In the vector database world, an Index is a data structure designed to navigate high-dimensional space. Unlike a B-Tree, which sorts data linearly, a vector index organizes data based on Proximity.

In this lesson, we explore the "Big Three" of vector indexing: HNSW, IVF, and PQ. Understanding these will help you choose the right configuration for Pinecone, Chroma, or OpenSearch.

1. HNSW: Hierarchical Navigable Small Worlds

HNSW is the industry standard for production vector databases. It is a graph-based index that is incredibly fast and offers high recall.

The Intuition: The Multi-Layer Map

Imagine you are in a city and want to reach a specific house.

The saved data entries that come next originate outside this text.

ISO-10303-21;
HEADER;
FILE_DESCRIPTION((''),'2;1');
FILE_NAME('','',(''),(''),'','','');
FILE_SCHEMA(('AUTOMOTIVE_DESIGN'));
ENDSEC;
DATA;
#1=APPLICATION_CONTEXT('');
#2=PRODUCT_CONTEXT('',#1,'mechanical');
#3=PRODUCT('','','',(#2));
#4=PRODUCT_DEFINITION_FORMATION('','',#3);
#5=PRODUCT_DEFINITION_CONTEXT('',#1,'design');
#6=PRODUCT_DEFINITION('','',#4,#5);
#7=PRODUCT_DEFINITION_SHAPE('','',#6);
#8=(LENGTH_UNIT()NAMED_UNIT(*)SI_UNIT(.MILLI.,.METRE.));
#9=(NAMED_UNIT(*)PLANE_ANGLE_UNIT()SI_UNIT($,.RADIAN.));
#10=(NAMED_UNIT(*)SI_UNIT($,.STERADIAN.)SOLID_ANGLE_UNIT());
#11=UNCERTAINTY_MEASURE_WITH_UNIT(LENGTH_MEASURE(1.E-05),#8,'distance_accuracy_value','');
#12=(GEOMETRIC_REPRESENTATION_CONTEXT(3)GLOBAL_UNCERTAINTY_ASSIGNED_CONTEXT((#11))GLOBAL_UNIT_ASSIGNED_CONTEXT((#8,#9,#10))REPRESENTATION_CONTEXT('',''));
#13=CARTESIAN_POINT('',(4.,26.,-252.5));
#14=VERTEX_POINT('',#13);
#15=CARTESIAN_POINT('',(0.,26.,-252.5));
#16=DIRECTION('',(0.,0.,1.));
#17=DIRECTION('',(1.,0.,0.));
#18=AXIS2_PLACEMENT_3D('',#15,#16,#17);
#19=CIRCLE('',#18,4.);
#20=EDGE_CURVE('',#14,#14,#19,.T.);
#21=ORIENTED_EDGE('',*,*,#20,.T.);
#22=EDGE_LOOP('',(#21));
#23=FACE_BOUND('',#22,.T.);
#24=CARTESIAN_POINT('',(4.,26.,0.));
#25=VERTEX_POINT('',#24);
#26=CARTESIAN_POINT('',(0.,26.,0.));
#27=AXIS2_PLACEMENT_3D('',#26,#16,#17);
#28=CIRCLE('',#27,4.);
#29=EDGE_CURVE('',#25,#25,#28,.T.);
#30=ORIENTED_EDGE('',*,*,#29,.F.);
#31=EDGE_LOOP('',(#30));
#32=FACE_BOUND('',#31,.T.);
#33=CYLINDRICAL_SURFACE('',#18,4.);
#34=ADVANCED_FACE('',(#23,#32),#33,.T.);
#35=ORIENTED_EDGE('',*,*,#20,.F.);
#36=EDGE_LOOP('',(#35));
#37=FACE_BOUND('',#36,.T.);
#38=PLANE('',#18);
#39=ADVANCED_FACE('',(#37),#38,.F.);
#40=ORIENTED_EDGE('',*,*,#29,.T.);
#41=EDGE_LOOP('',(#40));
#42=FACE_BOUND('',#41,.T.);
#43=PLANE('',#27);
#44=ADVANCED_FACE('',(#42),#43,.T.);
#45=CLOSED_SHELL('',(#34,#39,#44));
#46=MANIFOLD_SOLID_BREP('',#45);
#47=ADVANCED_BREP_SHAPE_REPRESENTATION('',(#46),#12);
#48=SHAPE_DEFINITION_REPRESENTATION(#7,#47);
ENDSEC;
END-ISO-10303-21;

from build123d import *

# Parameters (mm, degrees)
CROQUIS1_R              = 4
SALIENTE_EXTRUIR1_DEPTH = 252.5


with BuildPart() as part:
    # Croquis1 → Saliente-Extruir1 (new body)
    with BuildSketch(Plane.XY):
        with Locations((0, 26)):
            Circle(CROQUIS1_R)
    extrude(amount=-SALIENTE_EXTRUIR1_DEPTH)


solid = part.part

Top Layer (Broad): You look at a map of the world and find the right country.
Middle Layer (Specific): You look at a map of the city and find the right neighborhood.
Bottom Layer (Exact): You walk the street looking for the house number.

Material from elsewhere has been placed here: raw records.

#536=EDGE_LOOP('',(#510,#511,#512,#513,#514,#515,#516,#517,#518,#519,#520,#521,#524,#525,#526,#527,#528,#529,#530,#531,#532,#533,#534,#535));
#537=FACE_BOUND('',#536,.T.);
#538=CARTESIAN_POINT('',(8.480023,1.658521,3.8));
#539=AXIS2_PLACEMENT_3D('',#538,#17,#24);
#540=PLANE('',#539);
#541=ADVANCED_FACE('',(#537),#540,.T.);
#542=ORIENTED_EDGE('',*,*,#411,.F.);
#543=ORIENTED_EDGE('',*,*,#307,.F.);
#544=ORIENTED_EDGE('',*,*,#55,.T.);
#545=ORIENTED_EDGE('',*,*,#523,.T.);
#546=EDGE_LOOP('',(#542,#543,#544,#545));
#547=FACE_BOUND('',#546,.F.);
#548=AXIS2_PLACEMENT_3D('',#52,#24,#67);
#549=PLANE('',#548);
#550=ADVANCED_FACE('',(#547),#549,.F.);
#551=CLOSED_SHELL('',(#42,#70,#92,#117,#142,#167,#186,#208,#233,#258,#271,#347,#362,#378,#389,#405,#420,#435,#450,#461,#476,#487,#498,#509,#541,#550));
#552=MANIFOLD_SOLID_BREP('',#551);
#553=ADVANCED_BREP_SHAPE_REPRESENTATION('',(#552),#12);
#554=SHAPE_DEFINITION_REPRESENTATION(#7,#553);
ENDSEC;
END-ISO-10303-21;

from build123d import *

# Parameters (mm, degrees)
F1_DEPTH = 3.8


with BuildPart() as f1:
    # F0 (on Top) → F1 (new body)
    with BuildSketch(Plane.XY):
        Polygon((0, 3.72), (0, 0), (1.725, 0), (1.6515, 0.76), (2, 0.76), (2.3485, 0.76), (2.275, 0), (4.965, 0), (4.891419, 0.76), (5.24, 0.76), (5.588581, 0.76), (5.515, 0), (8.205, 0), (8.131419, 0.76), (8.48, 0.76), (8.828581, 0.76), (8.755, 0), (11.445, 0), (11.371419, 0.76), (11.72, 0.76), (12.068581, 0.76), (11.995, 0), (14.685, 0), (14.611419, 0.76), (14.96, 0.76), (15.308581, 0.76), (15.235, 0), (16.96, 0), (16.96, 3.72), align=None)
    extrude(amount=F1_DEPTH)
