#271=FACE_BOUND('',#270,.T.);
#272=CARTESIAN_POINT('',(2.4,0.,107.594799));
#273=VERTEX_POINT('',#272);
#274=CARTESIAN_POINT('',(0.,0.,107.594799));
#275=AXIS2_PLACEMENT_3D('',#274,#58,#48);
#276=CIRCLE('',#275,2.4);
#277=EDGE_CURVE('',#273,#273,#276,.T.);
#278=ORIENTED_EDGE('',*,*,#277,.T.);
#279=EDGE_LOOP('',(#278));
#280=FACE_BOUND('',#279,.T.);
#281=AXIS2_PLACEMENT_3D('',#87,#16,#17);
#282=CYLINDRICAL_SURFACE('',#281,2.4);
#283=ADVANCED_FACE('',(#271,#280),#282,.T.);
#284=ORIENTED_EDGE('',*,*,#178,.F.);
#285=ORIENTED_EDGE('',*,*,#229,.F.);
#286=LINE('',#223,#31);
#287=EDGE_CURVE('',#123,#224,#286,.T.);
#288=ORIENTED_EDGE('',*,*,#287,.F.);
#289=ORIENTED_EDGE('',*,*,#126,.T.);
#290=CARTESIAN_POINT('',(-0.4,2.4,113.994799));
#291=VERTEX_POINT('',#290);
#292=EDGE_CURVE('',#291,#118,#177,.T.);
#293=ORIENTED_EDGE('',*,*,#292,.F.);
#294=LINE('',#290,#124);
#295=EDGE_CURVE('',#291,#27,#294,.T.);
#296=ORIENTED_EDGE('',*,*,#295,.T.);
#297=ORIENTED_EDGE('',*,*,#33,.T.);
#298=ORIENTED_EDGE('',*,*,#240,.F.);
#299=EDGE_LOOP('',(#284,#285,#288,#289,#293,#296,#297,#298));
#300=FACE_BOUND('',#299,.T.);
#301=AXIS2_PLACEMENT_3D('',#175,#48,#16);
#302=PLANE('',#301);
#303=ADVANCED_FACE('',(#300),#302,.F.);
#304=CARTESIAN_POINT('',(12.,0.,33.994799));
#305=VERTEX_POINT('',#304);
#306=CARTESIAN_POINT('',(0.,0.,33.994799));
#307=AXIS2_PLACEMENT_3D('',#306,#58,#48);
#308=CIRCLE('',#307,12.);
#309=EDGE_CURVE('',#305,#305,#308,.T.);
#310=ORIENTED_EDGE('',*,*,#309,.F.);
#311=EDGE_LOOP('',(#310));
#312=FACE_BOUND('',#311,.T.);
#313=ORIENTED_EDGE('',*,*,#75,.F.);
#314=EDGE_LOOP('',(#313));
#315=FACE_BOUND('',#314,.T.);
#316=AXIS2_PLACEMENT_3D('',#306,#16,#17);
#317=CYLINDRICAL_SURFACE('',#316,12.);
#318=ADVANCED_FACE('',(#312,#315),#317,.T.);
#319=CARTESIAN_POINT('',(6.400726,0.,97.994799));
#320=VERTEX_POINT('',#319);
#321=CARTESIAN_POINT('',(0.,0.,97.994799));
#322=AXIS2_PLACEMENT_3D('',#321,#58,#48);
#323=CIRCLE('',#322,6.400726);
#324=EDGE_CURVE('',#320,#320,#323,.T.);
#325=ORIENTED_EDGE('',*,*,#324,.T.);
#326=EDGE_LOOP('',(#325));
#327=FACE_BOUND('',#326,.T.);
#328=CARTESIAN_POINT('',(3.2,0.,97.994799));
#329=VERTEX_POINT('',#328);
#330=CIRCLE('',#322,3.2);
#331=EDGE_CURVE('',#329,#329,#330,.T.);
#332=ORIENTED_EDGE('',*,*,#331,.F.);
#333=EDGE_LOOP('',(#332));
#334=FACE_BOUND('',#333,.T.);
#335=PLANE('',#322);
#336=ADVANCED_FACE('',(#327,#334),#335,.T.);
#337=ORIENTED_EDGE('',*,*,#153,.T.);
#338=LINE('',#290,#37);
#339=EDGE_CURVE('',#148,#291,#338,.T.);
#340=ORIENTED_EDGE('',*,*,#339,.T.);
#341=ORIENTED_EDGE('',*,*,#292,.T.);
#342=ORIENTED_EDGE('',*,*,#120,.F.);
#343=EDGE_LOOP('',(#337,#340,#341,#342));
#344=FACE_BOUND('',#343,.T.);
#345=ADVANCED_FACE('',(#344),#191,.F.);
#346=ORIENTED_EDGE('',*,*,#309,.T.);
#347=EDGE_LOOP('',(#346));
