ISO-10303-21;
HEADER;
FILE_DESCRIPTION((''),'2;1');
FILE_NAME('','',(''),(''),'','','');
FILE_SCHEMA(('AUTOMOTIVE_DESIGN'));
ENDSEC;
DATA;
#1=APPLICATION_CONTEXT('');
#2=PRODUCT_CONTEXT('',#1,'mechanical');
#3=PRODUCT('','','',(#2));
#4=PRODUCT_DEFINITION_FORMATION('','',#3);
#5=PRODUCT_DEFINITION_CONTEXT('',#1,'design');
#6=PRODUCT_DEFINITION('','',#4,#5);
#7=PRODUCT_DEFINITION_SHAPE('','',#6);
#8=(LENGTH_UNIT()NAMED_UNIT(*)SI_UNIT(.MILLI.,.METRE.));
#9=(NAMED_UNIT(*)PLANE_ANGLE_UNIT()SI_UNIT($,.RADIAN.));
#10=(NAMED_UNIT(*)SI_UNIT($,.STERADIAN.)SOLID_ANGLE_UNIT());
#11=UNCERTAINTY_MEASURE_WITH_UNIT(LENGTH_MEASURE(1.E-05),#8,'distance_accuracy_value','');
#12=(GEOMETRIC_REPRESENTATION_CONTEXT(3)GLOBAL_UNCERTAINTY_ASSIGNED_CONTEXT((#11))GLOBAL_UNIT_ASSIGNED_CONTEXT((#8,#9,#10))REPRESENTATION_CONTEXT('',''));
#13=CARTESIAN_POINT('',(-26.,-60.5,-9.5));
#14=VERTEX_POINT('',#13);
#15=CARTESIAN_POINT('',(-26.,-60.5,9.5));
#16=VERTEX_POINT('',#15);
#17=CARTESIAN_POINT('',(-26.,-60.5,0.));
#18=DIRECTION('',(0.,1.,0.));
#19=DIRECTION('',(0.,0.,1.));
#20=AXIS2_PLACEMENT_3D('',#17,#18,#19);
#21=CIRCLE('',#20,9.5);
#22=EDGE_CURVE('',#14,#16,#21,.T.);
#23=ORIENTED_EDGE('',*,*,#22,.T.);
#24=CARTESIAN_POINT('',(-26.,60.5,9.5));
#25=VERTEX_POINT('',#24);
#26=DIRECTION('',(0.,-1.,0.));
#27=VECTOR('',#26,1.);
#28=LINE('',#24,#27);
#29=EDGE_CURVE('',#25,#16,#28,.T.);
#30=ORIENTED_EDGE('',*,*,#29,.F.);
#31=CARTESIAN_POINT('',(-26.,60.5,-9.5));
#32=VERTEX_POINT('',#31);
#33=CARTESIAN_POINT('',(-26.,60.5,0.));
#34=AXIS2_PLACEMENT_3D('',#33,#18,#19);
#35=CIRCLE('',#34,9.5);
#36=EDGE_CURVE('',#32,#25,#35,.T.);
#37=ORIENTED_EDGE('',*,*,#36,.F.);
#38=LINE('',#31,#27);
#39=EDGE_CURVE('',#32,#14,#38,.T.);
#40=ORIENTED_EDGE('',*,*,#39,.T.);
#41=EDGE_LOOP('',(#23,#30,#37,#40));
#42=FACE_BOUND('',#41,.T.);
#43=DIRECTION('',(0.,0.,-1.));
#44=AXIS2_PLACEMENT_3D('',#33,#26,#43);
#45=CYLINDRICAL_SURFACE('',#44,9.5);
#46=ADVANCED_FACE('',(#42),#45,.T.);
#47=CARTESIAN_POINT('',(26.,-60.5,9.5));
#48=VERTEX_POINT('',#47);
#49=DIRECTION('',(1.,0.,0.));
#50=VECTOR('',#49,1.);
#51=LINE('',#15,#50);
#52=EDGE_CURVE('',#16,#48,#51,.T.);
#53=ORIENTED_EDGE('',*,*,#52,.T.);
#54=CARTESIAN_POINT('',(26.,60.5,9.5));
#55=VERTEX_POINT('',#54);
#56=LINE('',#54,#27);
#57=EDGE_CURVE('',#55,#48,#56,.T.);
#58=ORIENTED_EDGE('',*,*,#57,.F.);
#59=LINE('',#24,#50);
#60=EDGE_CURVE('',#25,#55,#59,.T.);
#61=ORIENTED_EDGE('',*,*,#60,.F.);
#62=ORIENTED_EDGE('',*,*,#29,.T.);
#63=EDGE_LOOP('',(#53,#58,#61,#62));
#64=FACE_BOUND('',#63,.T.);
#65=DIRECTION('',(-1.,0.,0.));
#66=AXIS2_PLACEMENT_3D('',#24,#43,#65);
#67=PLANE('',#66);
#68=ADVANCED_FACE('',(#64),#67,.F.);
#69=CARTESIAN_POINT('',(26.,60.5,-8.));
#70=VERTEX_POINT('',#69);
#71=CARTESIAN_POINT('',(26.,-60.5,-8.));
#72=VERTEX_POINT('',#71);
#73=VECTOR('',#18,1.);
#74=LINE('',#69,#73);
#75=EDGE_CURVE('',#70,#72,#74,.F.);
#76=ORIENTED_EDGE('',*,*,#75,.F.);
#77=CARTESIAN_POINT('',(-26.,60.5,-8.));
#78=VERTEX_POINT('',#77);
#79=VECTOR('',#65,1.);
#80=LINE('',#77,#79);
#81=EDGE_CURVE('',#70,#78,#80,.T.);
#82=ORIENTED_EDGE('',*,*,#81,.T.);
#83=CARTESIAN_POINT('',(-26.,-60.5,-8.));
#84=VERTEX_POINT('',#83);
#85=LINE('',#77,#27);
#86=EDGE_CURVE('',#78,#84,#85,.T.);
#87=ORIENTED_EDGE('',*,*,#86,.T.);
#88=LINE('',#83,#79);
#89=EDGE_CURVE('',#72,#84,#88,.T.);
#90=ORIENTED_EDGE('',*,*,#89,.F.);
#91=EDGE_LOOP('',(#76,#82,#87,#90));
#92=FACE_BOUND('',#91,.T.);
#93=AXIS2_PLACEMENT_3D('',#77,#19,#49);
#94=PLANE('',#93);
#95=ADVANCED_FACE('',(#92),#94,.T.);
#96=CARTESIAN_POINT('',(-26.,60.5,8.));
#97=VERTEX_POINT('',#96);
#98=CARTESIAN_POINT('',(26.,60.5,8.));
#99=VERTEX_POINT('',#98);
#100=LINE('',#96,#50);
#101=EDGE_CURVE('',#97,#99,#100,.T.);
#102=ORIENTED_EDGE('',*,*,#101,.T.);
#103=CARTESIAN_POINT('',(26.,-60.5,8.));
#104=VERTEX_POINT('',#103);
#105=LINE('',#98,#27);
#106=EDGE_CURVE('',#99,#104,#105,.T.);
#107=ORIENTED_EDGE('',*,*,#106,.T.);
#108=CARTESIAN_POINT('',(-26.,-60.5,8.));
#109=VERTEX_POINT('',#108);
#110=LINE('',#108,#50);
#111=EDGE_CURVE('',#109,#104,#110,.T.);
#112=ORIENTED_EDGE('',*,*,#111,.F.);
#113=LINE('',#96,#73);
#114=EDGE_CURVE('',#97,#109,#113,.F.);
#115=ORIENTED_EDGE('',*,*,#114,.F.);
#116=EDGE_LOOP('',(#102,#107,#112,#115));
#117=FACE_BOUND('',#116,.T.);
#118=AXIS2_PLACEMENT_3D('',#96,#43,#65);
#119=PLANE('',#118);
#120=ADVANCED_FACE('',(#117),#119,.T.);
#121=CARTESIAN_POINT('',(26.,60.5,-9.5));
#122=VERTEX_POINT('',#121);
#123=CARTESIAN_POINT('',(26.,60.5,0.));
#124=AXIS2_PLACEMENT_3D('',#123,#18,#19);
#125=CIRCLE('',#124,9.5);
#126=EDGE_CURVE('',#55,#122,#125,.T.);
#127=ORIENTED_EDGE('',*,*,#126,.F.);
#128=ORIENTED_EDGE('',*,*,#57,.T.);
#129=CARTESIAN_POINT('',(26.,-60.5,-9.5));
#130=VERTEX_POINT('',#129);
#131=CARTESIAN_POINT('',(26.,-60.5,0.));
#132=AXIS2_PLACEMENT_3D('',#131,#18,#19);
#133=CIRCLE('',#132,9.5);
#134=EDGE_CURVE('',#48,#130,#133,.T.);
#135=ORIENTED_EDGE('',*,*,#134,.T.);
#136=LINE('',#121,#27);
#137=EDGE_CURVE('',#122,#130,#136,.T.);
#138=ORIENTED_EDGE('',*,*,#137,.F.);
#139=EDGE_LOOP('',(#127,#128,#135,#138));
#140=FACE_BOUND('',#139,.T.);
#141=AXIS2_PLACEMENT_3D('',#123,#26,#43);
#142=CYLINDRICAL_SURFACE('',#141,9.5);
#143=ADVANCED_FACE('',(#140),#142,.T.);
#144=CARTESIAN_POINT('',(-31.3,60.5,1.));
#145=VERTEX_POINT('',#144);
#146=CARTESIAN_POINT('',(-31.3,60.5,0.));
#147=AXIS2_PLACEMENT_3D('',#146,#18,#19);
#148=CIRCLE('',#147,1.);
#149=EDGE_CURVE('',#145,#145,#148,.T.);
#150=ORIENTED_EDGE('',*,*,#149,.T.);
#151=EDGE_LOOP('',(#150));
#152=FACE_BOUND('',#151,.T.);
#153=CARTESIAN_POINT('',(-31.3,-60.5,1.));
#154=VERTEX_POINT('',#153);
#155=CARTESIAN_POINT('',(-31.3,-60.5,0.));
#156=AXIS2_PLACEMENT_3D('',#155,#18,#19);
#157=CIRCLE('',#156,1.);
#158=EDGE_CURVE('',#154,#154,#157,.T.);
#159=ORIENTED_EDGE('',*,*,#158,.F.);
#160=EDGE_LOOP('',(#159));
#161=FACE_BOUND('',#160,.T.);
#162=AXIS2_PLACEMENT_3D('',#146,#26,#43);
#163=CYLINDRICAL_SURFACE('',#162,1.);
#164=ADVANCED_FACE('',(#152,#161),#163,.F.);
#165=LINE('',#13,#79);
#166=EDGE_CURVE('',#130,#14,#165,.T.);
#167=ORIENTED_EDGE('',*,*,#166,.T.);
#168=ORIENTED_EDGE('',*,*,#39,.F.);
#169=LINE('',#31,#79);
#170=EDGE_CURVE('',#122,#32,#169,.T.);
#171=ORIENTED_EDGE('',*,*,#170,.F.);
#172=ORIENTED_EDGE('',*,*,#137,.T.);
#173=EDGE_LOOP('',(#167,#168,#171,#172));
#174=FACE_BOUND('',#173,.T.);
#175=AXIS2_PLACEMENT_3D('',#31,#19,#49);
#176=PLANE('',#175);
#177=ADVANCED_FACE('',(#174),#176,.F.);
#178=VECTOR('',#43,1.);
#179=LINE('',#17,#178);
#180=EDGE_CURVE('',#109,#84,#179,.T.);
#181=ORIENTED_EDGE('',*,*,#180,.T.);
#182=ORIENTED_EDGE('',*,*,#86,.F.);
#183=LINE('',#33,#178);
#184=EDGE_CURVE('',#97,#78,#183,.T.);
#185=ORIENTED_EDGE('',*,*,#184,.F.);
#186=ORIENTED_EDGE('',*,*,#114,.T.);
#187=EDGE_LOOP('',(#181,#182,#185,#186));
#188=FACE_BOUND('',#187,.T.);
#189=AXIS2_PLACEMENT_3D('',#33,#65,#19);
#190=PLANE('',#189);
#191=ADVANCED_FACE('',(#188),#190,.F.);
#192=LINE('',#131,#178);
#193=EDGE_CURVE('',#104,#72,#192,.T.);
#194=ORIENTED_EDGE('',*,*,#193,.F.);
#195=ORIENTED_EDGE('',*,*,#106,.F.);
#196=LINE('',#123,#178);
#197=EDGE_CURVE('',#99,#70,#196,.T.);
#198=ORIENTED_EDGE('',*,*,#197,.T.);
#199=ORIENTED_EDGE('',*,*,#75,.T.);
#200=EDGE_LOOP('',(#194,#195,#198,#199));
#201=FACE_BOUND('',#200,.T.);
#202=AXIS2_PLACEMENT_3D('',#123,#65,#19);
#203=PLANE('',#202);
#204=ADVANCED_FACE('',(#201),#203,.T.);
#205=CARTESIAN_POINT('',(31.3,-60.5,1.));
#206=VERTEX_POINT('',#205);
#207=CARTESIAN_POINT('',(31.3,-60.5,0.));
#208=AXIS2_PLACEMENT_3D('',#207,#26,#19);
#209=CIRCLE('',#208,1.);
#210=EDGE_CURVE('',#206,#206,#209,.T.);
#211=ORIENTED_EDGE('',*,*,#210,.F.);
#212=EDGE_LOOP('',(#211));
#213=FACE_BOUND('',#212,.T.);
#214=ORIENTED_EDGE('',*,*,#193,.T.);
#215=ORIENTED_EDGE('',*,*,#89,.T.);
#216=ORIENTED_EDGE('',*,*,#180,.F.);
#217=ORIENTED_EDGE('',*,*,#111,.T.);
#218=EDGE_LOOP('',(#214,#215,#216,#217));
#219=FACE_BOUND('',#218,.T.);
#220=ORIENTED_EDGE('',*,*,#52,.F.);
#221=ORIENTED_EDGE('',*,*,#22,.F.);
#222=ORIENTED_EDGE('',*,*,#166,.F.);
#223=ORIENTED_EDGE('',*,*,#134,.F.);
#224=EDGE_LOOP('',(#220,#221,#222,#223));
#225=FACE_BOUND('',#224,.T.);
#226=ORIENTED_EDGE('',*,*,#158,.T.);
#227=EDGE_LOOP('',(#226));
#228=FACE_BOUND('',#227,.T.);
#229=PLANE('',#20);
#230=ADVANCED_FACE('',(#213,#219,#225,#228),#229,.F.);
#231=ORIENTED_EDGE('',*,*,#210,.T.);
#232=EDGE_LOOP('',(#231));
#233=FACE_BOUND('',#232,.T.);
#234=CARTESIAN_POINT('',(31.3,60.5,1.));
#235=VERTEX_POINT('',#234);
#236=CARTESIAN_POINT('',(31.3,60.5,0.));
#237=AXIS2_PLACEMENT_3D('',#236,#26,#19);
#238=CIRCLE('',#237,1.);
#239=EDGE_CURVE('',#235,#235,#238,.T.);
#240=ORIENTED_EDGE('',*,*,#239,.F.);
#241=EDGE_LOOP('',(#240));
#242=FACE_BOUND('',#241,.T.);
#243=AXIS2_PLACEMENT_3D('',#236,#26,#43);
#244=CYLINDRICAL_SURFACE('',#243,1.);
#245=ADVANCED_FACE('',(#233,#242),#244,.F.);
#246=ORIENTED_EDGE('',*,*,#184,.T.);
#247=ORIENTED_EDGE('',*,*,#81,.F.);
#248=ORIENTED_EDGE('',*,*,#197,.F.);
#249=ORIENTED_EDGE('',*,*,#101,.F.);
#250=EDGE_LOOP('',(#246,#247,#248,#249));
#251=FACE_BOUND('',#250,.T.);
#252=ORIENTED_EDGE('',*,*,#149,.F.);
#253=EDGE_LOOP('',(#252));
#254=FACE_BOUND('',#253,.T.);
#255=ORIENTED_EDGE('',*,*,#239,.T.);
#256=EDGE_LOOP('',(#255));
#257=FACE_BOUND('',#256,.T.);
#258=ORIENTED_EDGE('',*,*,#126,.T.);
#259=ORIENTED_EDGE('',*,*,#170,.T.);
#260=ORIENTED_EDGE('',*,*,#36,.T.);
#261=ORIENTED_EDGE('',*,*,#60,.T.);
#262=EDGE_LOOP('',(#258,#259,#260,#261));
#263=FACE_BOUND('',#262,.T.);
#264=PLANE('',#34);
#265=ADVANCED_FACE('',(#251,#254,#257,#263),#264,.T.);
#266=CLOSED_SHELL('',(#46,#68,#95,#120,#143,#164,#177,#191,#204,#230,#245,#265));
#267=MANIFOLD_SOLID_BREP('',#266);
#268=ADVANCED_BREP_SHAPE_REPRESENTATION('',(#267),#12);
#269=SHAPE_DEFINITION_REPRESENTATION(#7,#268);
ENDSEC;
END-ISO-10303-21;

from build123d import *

# Parameters (mm, degrees)
BOSS_EXTRUDE1_DEPTH = 60.5
SHELL1_T            = -1.5
BOSS_EXTRUDE2_DEPTH = 60.5


with BuildPart() as part:
    # Sketch1 → Boss-Extrude1 (new, symmetric)
    with BuildSketch(Plane(origin=(0, 0, 0), x_dir=(1, 0, 0), z_dir=(0, 1, 0))):
        with BuildLine():
            Line((-26, 9.5), (26, 9.5))
            ThreePointArc((26, 9.5), (35.5, 0), (26, -9.5))
            Line((26, -9.5), (-26, -9.5))
            ThreePointArc((-26, -9.5), (-35.5, 0), (-26, 9.5))
        make_face()
    extrude(amount=BOSS_EXTRUDE1_DEPTH, both=True)

    # Shell1
    shell1_openings = [part.faces().sort_by_distance(p)[0] for p in [
        (0, 60.5, 0),
        (0, -60.5, 0),
    ]]
    offset(amount=SHELL1_T, openings=shell1_openings, kind=Kind.INTERSECTION)

    # Sketch2 → Boss-Extrude2 (add, symmetric)
    with BuildSketch(Plane(origin=(0, 0, 0), x_dir=(1, 0, 0), z_dir=(0, 1, 0))):
        with BuildLine():
            ThreePointArc((-34, 0), (-31.656854249, -5.656854249), (-26, -8))
            Line((-26, -8), (-26, 0))
            Line((-26, 0), (-30.3, 0))
            ThreePointArc((-30.3, 0), (-31.3, -1), (-32.3, 0))
            Line((-32.3, 0), (-34, 0))
        make_face()
        with BuildLine():
            Line((-30.3, 0), (-26, 0))
            Line((-26, 0), (-26, 8))
            ThreePointArc((-26, 8), (-31.656854249, 5.656854249), (-34, 0))
            Line((-34, 0), (-32.3, 0))
            ThreePointArc((-32.3, 0), (-31.3, 1), (-30.3, 0))
        make_face()
    boss_extrude2 = extrude(amount=BOSS_EXTRUDE2_DEPTH, both=True)

    # Mirror1: Boss-Extrude2 across plane
    add(boss_extrude2.mirror(Plane(origin=(0, 0, 0), x_dir=(0, 0, 1), z_dir=(1, 0, 0))))


solid = part.part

HNSW builds this hierarchy of graphs. The top layers are sparse (fewer points), allowing you to make "huge jumps" across the vector space. As you move down the layers, the graph becomes denser, allowing you to fine-tune your location.

graph TD
    subgraph Layer_2_Coarse
    L2_A --- L2_B
    end
    subgraph Layer_1_Medium
    L1_A --- L1_B --- L1_C --- L1_D
    end
    subgraph Layer_0_Dense
    L0_A --- L0_B --- L0_C --- L0_D --- L0_E --- L0_F
    end
    L2_A -.-> L1_A
    L1_A -.-> L0_A

Pros:

Incredible Search Speed: Sub-linear O(log n) search time.
High Recall: Very good at finding the "True" nearest neighbor.

Cons:

High Memory Usage: Each vector needs to store many graph connections (pointers).
Slow Index Building: Creating the graph is computationally expensive.

2. IVF: Inverted File Index

IVF is based on Clustering. It works by partitioning the entire vector space into regions (Voronoi cells).

How it works:

Training Phase: The algorithm identifies "centroids" (center points) in the data using K-Means clustering.
Indexing Phase: Every vector is assigned to the nearest centroid.
Search Phase:
- The query vector first finds the nearest centroids (nprobe parameter).
- It only searches the vectors within those specific clusters.

graph TD
    Q[Query Vector] --> C{Nearest Centroid?}
    C -- Cluster 1 --> S1[Search 500 vectors]
    C -- Cluster 23 --> S2[Search 200 vectors]
    style Q fill:#f96

Pros:

Low Memory Footprint: Much lighter than HNSW.
Fast Build Times: Great for frequent re-indexing.

Cons:

Lower Recall: If your query is on the "border" between clusters, IVF might miss the perfect neighbor in the adjacent cluster.
Requires Training: You need a representative sample of data to find the right centroids.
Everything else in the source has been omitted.